> **Required work**
Give the number of lines in the data that hold the word "Placement", and nothing else.

> **Available data**
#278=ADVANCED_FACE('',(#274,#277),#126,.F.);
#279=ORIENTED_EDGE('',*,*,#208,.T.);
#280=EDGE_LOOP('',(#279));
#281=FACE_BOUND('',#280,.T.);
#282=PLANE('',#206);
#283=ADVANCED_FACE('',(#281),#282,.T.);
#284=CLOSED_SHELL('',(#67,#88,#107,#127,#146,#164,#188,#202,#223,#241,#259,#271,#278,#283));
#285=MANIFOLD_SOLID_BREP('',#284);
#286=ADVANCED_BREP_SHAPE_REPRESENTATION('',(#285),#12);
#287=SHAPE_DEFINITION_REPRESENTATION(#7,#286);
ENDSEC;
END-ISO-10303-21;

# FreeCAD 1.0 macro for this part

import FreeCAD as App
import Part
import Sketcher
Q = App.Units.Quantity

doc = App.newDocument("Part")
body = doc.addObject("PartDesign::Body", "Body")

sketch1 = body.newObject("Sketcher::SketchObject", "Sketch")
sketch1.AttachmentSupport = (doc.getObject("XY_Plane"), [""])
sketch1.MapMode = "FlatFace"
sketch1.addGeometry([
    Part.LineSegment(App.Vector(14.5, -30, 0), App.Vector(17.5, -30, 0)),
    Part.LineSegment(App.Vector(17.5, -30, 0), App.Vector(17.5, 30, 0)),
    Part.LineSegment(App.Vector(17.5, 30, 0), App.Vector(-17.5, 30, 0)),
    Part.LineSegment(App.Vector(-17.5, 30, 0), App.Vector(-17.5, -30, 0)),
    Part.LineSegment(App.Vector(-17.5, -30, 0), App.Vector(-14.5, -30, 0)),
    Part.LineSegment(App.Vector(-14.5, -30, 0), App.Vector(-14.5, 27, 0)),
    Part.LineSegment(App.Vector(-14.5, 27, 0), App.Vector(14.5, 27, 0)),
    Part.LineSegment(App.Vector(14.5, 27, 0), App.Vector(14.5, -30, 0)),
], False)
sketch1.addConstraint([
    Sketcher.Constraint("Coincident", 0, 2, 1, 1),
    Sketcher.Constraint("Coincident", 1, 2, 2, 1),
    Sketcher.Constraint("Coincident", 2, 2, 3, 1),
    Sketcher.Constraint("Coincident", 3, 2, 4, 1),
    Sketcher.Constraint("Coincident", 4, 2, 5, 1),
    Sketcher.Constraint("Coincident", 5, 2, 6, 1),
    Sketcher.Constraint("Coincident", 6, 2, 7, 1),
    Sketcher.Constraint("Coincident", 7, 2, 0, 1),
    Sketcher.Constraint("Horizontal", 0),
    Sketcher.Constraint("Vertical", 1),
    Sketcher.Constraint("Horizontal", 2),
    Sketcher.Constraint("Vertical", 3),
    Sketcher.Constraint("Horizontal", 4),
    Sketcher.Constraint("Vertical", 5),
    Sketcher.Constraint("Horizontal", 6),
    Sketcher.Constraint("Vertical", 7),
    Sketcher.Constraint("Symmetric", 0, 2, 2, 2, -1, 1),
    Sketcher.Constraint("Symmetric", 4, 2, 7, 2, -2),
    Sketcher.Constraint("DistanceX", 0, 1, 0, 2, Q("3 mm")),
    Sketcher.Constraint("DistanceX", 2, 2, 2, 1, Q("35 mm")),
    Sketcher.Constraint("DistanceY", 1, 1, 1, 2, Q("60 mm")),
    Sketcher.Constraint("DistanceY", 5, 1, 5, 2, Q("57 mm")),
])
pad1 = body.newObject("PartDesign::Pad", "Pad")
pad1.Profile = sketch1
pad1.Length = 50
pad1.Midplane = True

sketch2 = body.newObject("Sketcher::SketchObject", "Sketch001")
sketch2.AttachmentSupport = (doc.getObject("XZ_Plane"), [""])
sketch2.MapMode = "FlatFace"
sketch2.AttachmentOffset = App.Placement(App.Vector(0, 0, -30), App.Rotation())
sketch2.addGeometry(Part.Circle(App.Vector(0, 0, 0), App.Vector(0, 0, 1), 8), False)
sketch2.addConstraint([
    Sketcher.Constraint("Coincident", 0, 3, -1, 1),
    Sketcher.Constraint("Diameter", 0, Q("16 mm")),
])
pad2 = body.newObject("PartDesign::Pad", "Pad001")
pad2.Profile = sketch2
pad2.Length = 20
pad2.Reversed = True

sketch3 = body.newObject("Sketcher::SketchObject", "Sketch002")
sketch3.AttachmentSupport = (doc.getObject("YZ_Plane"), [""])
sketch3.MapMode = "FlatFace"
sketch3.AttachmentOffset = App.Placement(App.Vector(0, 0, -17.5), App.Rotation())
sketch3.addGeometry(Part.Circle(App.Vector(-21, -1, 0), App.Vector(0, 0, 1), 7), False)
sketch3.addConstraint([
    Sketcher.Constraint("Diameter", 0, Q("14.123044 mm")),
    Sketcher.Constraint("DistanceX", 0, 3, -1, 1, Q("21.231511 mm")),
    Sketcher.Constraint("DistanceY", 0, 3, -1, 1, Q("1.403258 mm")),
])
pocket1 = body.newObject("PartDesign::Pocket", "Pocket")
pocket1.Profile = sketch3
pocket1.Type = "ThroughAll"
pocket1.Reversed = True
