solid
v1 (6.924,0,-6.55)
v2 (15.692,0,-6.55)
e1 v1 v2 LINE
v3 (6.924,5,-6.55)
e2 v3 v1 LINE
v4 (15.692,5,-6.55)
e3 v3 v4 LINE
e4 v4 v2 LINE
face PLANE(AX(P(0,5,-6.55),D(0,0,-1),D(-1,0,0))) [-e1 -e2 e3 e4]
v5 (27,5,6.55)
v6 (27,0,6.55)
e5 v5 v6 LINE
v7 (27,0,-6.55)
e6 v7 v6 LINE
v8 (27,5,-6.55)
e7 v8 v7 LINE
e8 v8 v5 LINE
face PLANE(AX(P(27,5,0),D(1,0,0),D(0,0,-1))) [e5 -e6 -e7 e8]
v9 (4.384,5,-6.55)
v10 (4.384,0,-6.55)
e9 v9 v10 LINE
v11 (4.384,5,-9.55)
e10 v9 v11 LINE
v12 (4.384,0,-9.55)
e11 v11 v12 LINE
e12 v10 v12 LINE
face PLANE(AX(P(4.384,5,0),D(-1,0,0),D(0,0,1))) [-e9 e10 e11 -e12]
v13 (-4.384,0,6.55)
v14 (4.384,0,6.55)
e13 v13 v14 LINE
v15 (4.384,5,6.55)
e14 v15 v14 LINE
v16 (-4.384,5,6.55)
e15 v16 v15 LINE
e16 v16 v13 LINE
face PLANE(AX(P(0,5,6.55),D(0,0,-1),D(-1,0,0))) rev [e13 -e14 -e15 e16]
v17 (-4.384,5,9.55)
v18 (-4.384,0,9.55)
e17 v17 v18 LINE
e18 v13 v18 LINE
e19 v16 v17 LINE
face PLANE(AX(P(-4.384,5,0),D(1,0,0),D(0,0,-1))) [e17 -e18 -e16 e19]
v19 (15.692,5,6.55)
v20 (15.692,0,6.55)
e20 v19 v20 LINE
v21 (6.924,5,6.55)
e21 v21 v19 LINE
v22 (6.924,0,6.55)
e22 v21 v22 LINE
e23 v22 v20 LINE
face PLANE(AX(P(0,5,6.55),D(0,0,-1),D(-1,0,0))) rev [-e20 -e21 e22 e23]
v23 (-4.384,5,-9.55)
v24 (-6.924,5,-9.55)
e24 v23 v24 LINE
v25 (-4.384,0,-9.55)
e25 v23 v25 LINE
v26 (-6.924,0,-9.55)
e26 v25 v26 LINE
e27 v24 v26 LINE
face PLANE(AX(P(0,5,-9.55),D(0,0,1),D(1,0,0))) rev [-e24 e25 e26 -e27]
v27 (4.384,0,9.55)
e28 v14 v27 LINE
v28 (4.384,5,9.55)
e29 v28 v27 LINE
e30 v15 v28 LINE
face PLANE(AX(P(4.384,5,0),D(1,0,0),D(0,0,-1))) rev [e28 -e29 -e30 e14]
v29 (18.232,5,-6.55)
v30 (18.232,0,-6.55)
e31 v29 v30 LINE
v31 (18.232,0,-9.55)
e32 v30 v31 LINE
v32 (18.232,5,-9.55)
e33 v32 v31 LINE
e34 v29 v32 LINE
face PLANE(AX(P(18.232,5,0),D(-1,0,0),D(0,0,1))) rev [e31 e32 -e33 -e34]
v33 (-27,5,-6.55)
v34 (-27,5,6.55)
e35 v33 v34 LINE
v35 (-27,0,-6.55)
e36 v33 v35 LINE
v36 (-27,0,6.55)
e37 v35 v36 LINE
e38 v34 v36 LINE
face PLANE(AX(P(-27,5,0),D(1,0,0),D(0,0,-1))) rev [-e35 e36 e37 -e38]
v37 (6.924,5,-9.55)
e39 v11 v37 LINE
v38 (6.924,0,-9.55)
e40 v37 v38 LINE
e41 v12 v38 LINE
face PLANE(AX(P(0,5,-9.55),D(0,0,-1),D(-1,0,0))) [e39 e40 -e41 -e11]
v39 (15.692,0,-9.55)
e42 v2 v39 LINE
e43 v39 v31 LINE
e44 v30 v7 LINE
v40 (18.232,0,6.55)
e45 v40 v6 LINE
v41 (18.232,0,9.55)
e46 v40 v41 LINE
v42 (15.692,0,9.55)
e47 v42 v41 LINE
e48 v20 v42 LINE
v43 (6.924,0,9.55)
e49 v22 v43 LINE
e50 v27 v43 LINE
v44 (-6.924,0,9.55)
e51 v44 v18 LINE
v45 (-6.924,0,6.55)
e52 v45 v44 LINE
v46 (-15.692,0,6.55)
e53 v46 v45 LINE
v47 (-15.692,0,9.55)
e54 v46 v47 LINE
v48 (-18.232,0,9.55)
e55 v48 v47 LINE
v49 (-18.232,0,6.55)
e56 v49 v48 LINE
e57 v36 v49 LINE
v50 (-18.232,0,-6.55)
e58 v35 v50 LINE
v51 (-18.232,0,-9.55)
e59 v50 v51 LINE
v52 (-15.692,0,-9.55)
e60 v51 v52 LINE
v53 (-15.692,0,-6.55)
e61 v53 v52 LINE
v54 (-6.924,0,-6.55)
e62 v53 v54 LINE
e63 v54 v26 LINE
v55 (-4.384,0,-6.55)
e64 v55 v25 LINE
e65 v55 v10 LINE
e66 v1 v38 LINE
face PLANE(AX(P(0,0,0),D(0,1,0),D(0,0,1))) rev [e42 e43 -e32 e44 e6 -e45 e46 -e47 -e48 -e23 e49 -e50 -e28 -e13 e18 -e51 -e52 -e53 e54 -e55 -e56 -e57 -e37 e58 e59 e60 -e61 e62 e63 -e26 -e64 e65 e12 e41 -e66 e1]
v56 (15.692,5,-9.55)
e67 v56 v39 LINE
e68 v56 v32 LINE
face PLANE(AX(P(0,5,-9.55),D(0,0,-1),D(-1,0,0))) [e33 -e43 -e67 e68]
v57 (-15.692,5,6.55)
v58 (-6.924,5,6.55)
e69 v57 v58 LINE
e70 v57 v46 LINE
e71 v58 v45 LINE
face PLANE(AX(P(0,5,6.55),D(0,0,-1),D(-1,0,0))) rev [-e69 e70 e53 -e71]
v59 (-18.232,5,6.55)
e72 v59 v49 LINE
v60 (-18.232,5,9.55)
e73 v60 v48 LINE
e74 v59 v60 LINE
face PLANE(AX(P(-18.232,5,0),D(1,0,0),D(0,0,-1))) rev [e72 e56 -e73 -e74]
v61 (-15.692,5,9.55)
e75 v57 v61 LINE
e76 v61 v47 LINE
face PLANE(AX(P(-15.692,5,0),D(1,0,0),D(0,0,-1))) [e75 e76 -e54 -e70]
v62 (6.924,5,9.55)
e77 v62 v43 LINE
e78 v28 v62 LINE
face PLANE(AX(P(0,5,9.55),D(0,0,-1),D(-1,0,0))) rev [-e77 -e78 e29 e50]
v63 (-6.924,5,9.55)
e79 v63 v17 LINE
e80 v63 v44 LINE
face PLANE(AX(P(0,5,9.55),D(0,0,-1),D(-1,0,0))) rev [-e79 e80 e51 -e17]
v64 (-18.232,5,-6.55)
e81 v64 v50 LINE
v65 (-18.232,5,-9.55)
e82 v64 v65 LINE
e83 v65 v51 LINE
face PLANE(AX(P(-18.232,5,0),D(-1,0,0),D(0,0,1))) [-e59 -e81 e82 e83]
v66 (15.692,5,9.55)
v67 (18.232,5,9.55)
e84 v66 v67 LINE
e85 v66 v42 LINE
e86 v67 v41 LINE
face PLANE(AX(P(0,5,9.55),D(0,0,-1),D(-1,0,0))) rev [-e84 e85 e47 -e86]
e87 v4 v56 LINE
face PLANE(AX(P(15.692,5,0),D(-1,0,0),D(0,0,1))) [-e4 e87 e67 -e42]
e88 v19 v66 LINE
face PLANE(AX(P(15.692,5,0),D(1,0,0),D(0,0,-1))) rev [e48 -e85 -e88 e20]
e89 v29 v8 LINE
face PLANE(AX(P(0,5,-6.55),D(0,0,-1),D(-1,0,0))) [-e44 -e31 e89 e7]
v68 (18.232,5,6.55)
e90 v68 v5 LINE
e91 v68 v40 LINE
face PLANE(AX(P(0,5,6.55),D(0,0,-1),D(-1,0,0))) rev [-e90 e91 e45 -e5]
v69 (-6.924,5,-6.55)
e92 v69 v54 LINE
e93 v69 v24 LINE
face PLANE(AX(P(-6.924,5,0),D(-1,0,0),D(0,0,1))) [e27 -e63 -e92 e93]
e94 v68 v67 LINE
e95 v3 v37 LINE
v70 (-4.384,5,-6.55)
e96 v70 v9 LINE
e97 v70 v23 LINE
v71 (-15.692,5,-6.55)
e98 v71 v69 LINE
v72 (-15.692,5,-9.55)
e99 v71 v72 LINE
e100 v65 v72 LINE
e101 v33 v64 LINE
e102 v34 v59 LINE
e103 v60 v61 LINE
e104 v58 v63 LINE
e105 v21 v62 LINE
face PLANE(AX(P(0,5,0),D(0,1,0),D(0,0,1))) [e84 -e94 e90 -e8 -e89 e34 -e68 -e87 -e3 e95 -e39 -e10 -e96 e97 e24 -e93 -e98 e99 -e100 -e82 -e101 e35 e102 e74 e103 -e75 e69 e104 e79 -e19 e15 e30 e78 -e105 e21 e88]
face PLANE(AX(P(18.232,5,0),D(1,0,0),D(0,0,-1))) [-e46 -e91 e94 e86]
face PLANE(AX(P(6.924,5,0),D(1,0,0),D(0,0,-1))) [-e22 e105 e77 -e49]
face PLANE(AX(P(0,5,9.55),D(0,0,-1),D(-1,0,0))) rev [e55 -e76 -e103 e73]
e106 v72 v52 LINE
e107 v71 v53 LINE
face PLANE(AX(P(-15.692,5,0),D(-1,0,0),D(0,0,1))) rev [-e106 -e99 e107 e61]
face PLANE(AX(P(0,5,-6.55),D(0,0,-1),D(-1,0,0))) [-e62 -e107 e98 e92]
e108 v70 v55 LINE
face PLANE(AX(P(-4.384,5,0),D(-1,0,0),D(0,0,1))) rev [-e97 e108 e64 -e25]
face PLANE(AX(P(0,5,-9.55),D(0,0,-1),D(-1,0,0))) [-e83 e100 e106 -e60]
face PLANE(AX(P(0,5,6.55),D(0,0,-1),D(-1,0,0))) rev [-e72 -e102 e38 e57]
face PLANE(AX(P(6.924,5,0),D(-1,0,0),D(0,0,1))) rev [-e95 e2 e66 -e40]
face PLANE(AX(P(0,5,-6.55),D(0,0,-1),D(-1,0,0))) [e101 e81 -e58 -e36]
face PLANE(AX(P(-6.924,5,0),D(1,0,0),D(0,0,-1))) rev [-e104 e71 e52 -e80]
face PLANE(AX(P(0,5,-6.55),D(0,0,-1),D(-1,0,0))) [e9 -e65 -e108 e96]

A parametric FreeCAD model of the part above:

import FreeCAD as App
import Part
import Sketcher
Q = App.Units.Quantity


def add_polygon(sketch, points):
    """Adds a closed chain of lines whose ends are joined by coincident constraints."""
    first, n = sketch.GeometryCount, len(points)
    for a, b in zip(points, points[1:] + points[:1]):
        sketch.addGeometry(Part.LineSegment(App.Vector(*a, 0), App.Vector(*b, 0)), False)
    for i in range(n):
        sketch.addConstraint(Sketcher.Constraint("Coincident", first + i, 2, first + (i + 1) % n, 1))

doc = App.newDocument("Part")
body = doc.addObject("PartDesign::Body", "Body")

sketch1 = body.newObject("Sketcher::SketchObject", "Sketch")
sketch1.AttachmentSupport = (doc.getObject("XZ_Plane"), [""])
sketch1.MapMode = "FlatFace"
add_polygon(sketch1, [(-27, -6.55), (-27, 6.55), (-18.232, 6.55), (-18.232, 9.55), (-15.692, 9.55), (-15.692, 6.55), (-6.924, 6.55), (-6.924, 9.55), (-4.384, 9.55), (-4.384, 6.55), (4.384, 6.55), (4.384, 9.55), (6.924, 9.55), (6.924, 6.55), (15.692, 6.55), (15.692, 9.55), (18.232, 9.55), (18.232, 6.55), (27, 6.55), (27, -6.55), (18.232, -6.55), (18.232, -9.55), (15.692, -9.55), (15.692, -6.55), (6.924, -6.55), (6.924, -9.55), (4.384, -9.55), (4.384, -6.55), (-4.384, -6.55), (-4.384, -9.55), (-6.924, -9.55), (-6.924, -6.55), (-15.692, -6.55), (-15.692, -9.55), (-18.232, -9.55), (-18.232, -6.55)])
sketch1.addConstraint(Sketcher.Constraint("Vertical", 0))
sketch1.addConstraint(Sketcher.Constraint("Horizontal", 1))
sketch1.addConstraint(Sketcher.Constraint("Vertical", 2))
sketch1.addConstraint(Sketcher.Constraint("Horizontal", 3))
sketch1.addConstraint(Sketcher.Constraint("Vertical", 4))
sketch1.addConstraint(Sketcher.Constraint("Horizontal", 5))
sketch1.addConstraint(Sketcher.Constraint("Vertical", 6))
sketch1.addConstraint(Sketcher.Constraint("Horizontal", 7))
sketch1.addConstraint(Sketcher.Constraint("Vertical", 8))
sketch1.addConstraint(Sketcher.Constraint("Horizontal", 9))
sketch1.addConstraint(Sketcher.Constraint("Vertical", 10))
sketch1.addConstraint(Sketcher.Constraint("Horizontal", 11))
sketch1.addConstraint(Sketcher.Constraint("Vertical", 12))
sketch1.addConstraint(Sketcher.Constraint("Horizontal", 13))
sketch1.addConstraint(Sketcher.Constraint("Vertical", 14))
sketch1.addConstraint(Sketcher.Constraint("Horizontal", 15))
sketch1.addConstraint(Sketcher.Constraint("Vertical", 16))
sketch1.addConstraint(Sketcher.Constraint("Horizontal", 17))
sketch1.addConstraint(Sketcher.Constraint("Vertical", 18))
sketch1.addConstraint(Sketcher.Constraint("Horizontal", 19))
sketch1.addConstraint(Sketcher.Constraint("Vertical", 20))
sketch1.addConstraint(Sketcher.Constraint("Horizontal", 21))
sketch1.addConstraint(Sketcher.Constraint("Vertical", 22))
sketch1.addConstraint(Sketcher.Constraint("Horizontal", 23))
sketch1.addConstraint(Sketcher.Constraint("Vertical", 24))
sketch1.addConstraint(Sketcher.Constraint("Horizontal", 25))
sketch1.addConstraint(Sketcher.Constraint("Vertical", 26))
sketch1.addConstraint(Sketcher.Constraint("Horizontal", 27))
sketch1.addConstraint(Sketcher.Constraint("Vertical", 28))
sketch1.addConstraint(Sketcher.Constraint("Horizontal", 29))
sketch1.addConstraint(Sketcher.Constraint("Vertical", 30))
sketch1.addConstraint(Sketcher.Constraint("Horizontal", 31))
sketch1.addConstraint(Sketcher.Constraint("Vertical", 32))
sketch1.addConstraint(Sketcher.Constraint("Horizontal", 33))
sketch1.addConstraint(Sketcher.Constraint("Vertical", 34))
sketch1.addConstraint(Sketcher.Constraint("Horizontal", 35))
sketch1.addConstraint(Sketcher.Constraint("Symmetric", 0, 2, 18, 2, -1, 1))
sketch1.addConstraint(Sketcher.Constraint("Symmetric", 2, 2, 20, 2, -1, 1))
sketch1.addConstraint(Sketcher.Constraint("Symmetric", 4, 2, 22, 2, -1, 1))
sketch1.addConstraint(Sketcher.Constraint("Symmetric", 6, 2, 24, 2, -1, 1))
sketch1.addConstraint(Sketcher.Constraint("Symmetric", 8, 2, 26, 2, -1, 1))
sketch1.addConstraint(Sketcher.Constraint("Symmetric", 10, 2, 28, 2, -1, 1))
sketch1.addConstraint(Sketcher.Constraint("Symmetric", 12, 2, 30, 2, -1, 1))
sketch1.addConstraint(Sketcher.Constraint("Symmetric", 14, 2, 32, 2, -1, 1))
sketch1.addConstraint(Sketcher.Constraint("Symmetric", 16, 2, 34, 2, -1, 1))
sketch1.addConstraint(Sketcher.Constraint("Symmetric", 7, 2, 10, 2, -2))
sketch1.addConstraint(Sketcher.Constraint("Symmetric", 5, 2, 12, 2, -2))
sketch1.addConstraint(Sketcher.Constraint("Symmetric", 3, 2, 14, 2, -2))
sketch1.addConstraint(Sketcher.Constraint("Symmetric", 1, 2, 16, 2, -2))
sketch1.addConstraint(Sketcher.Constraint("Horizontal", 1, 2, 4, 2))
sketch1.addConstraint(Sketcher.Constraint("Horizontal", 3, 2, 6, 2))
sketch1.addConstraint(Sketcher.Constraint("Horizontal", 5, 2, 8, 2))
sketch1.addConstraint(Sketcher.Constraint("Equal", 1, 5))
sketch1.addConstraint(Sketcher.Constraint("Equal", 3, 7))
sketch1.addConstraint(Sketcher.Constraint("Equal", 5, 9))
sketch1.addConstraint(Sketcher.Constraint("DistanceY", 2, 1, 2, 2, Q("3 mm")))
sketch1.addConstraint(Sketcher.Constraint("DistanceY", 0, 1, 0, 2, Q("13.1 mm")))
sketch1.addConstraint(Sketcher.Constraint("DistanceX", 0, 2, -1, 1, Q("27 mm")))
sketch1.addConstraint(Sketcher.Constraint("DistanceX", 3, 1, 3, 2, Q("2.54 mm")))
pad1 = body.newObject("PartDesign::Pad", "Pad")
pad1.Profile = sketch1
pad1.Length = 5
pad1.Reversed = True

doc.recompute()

> **Response below**
2